Kekeringan Gunungkidul Meluas, Polda DIY Operasikan Alat Pengolahan Air

7 hours ago 5

Newswire

Newswire Selasa, 08 September 2026 10:47 WIB

Kekeringan Gunungkidul Meluas, Polda DIY Operasikan Alat Pengolahan Air

Warga membawa air bersih seusai diolah dari mesin pembersih air di wilayah Kapanewon Tepus, Gunungkidul, Senin (7/9/2026). Antara/HO-Bidhumas Polda DIY

Harianjogja.com, JOGJA—Polda DIY mulai mengoperasikan alat pengolahan air bersih atau water treatment di wilayah terdampak kekeringan Kabupaten Gunungkidul.

Fasilitas yang dioperasikan melalui Satuan Brigade Mobil (Satbrimob) tersebut digunakan untuk membantu memenuhi kebutuhan air bersih masyarakat yang terdampak kekeringan.

Kabidhumas Polda DIY Kombes Pol Ihsan mengatakan bantuan tersebut disalurkan dalam kegiatan bakti sosial yang digelar Pemerintah Daerah DIY bersama Kraton Ngayogyakarta Hadiningrat dan Polda DIY di Balai Padukuhan Pudak, Kalurahan Tepus, Kapanewon Tepus, Kabupaten Gunungkidul, Senin (7/9/2026).

"Alat water treatment dimanfaatkan untuk mengolah sumber air yang sebelumnya keruh menjadi air yang dapat digunakan masyarakat," katanya dalam keterangan tertulis.

Menurut Ihsan, keberadaan fasilitas pengolahan air tersebut diharapkan dapat membantu meringankan kebutuhan warga dalam menghadapi kondisi kekeringan yang membutuhkan perhatian bersama.

“Kami berupaya memberikan manfaat nyata bagi warga yang terdampak kekeringan,” ujarnya.

Water Treatment Dioperasikan Selama Lima Hari

Ihsan menyebut pengoperasian alat pengolahan air bersih tersebut akan berlangsung sekitar lima hari ke depan di wilayah Kapanewon Tepus.

Selama pelaksanaan, kegiatan tersebut akan mendapat pendampingan personel dari Polda DIY.

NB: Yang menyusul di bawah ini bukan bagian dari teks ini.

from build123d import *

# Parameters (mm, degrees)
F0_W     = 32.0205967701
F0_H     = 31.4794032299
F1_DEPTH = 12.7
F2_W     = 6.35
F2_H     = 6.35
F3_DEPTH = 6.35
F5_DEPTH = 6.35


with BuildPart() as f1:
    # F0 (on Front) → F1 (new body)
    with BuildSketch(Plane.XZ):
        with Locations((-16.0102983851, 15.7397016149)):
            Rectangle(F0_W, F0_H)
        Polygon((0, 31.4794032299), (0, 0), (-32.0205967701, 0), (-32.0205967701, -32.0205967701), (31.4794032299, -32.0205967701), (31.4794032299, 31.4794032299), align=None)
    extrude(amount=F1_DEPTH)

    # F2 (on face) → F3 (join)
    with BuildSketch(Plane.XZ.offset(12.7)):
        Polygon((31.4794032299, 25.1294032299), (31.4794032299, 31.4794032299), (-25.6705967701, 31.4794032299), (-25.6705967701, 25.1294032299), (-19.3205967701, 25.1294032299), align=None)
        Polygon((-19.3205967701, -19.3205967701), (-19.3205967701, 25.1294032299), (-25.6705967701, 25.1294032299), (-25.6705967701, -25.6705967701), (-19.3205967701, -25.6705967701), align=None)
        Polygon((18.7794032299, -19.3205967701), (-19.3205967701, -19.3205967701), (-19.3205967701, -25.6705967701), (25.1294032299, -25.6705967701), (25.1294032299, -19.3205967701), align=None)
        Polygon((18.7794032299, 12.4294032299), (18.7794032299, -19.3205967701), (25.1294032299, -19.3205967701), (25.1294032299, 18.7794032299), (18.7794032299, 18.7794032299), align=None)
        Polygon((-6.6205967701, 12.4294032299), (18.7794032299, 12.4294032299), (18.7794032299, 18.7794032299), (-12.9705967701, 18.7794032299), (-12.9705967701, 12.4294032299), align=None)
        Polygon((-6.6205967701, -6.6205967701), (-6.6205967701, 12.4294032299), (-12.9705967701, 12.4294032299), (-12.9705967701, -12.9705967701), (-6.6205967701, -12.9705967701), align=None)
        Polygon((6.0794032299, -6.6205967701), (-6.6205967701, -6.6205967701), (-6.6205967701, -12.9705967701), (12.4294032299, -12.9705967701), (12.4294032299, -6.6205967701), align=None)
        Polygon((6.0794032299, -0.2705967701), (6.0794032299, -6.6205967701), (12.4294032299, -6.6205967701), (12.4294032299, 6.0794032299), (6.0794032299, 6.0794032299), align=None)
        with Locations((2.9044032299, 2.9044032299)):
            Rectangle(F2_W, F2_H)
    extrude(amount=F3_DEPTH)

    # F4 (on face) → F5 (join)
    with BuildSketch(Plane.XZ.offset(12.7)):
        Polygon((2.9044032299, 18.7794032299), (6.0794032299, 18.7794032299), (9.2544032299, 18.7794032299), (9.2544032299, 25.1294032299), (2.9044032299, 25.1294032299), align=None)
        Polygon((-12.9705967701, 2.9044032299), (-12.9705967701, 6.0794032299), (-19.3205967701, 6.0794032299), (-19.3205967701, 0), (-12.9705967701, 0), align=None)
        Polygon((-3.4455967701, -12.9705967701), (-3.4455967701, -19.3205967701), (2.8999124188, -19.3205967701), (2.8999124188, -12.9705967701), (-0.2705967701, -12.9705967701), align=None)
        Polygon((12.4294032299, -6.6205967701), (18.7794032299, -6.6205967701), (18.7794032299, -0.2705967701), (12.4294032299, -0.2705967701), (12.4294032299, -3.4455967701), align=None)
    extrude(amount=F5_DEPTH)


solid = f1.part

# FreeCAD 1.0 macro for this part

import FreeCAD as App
import Part
import Sketcher
from FreeCAD import Vector
Q = App.Units.Quantity


def add_polygon(sketch, points):
    """Adds a closed chain of lines whose ends are joined by coincident constraints."""
    first, n = sketch.GeometryCount, len(points)
    for a, b in zip(points, points[1:] + points[:1]):
        sketch.addGeometry(Part.LineSegment(App.Vector(*a, 0), App.Vector(*b, 0)), False)
    for i in range(n):
        sketch.addConstraint(Sketcher.Constraint("Coincident", first + i, 2, first + (i + 1) % n, 1))

doc = App.newDocument("Part")
body = doc.addObject("PartDesign::Body", "Body")

# Sketch on XZ plane
sketch1 = body.newObject("Sketcher::SketchObject", "Sketch")
sketch1.AttachmentSupport = (doc.getObject("XZ_Plane"), [""])
sketch1.MapMode = "FlatFace"
add_polygon(sketch1, [(-32, 31), (-32, -32), (31, -32), (31, 31)])  # lines 0-3
sketch1.addConstraint([
    Sketcher.Constraint("Vertical", 0),
    Sketcher.Constraint("Horizontal", 1),
    Sketcher.Constraint("Vertical", 2),
    Sketcher.Constraint("Horizontal", 3),
    Sketcher.Constraint("Equal", 3, 0),
    Sketcher.Constraint("DistanceX", 1, 1, 1, 2, Q("2.5 in")),
    Sketcher.Constraint("DistanceX", 0, 2, -1, 1, Q("32.020597 mm")),
    Sketcher.Constraint("DistanceY", 0, 2, -1, 1, Q("32.020597 mm")),
])
pad1 = body.newObject("PartDesign::Pad", "Pad")
pad1.Profile = sketch1
pad1.Length = Q("0.5 in")

# Sketch on XZ plane
sketch2 = body.newObject("Sketcher::SketchObject", "Sketch001")
sketch2.AttachmentSupport = (doc.getObject("XZ_Plane"), [""])
sketch2.MapMode = "FlatFace"
sketch2.AttachmentOffset = App.Placement(Vector(0, 0, 0.5 * 25.4), App.Rotation())
add_polygon(sketch2, [(31, 25), (31, 31), (-26, 31), (-26, -26), (25, -26), (25, 19), (-13, 19), (-13, -13), (12, -13), (12, 6), (0, 6), (0, 0), (6, 0), (6, -7), (-7, -7), (-7, 12), (19, 12), (19, -19), (-19, -19), (-19, 25)])  # lines 0-19
sketch2.addConstraint([
    Sketcher.Constraint("Vertical", 0),
    Sketcher.Constraint("Horizontal", 1),
    Sketcher.Constraint("Vertical", 2),
    Sketcher.Constraint("Horizontal", 3),
    Sketcher.Constraint("Vertical", 4),
    Sketcher.Constraint("Horizontal", 5),
    Sketcher.Constraint("Vertical", 6),
    Sketcher.Constraint("Horizontal", 7),
    Sketcher.Constraint("Vertical", 8),
    Sketcher.Constraint("Horizontal", 9),
    Sketcher.Constraint("Vertical", 10),
    Sketcher.Constraint("Horizontal", 11),
    Sketcher.Constraint("Vertical", 12),
    Sketcher.Constraint("Horizontal", 13),
    Sketcher.Constraint("Vertical", 14),
    Sketcher.Constraint("Horizontal", 15),
    Sketcher.Constraint("Vertical", 16),
    Sketcher.Constraint("Horizontal", 17),
    Sketcher.Constraint("Vertical", 18),
    Sketcher.Constraint("Horizontal", 19),
    Sketcher.Constraint("Equal", 9, 13),
    Sketcher.Constraint("Equal", 7, 15),
    Sketcher.Constraint("Equal", 5, 17),
    Sketcher.Constraint("Equal", 3, 19),
    Sketcher.Constraint("Equal", 11, 0),
    Sketcher.Constraint("Equal", 1, 2),
    Sketcher.Constraint("Equal", 0, 10),
    Sketcher.Constraint("Equal", 10, 12),
    Sketcher.Constraint("Equal", 8, 14),
    Sketcher.Constraint("Equal", 6, 16),
    Sketcher.Constraint("Equal", 4, 18),
    Sketcher.Constraint("DistanceX", 3, 1, 3, 2, Q("2 in")),
    Sketcher.Constraint("DistanceX", 7, 1, 7, 2, Q("1 in")),
    Sketcher.Constraint("DistanceX", 5, 2, 5, 1, Q("1.5 in")),
    Sketcher.Constraint("DistanceX", 9, 2, 9, 1, Q("0.5 in")),
    Sketcher.Constraint("DistanceY", 16, 2, 8, 2, Q("1 in")),
    Sketcher.Constraint("DistanceX", 1, 2, 1, 1, Q("2.25 in")),
    Sketcher.Constraint("DistanceY", 6, 2, 6, 1, Q("1.25 in")),
    Sketcher.Constraint("DistanceX", -1, 1, 0, 2, Q("31.479403 mm")),
    Sketcher.Constraint("DistanceY", -1, 1, 0, 2, Q("31.479403 mm")),
])
pad2 = body.newObject("PartDesign::Pad", "Pad001")
pad2.Profile = sketch2
pad2.Length = Q("0.25 in")

# Sketch on XZ plane
sketch3 = body.newObject("Sketcher::SketchObject", "Sketch002")
sketch3.AttachmentSupport = (doc.getObject("XZ_Plane"), [""])
sketch3.MapMode = "FlatFace"
sketch3.AttachmentOffset = App.Placement(Vector(0, 0, 0.5 * 25.4), App.Rotation())
add_polygon(sketch3, [(3, 19), (9, 19), (9, 25), (3, 25)])  # lines 0-3
add_polygon(sketch3, [(-13, 6), (-19, 6), (-19, 0), (-13, 0)])  # lines 4-7
add_polygon(sketch3, [(-3, -13), (-3, -19), (3, -19), (3, -13)])  # lines 8-11
add_polygon(sketch3, [(12, -7), (19, -7), (19, 0), (12, 0)])  # lines 12-15
sketch3.addConstraint([
    Sketcher.Constraint("Horizontal", 0),
    Sketcher.Constraint("Vertical", 1),
    Sketcher.Constraint("Horizontal", 2),
    Sketcher.Constraint("Vertical", 3),
    Sketcher.Constraint("Horizontal", 4),
    Sketcher.Constraint("Vertical", 5),
    Sketcher.Constraint("Horizontal", 6),
    Sketcher.Constraint("Vertical", 7),
    Sketcher.Constraint("Vertical", 8),
    Sketcher.Constraint("Horizontal", 9),
    Sketcher.Constraint("Vertical", 10),
    Sketcher.Constraint("Horizontal", 11),
    Sketcher.Constraint("Horizontal", 12),
    Sketcher.Constraint("Vertical", 13),
    Sketcher.Constraint("Horizontal", 14),
    Sketcher.Constraint("Vertical", 15),
    Sketcher.Constraint("PointOnObject", 5, 2, -1),
    Sketcher.Constraint("Equal", 2, 4),
    Sketcher.Constraint("Equal", 6, 12),
    Sketcher.Constraint("Equal", 14, 1),
    Sketcher.Constraint("Equal", 3, 8),
    Sketcher.Constraint("Equal", 10, 13),
    Sketcher.Constraint("DistanceY", 8, 2, 7, 2, Q("1 in")),
    Sketcher.Constraint("DistanceY", 12, 2, 0, 2, Q("1 in")),
    Sketcher.Constraint("DistanceX", 0, 1, 0, 2, Q("0.25 in")),
    Sketcher.Constraint("DistanceY", 4, 2, 3, 2, Q("0.5 in")),
    Sketcher.Constraint("DistanceX", 8, 2, 3, 2, Q("0.25 in")),
    Sketcher.Constraint("DistanceX", 4, 2, 3, 2, Q("0.875 in")),
    Sketcher.Constraint("DistanceX", 11, 2, 12, 2, Q("0.875 in")),
    Sketcher.Constraint("DistanceX", 9, 1, 9, 2, Q("6.345509 mm")),
    Sketcher.Constraint("DistanceY", 5, 2, 5, 1, Q("6.079403 mm")),
    Sketcher.Constraint("DistanceX", -1, 1, 0, 2, Q("9.254403 mm")),
])
pad3 = body.newObject("PartDesign::Pad", "Pad002")
pad3.Profile = sketch3
pad3.Length = Q("0.25 in")

doc.recompute()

Ia mengatakan upaya penanganan kekeringan dilakukan melalui kolaborasi berbagai unsur. Pemda DIY, Keraton Yogyakarta, Badan Penanggulangan Bencana Daerah (BPBD), dan pihak terkait bergerak bersama dengan mengusung semangat gotong royong untuk membantu masyarakat.

"Air bersih merupakan kebutuhan dasar masyarakat, sehingga ketika ada warga yang mengalami kesulitan mendapatkannya, seluruh unsur harus bersama-sama mencari solusi,” katanya.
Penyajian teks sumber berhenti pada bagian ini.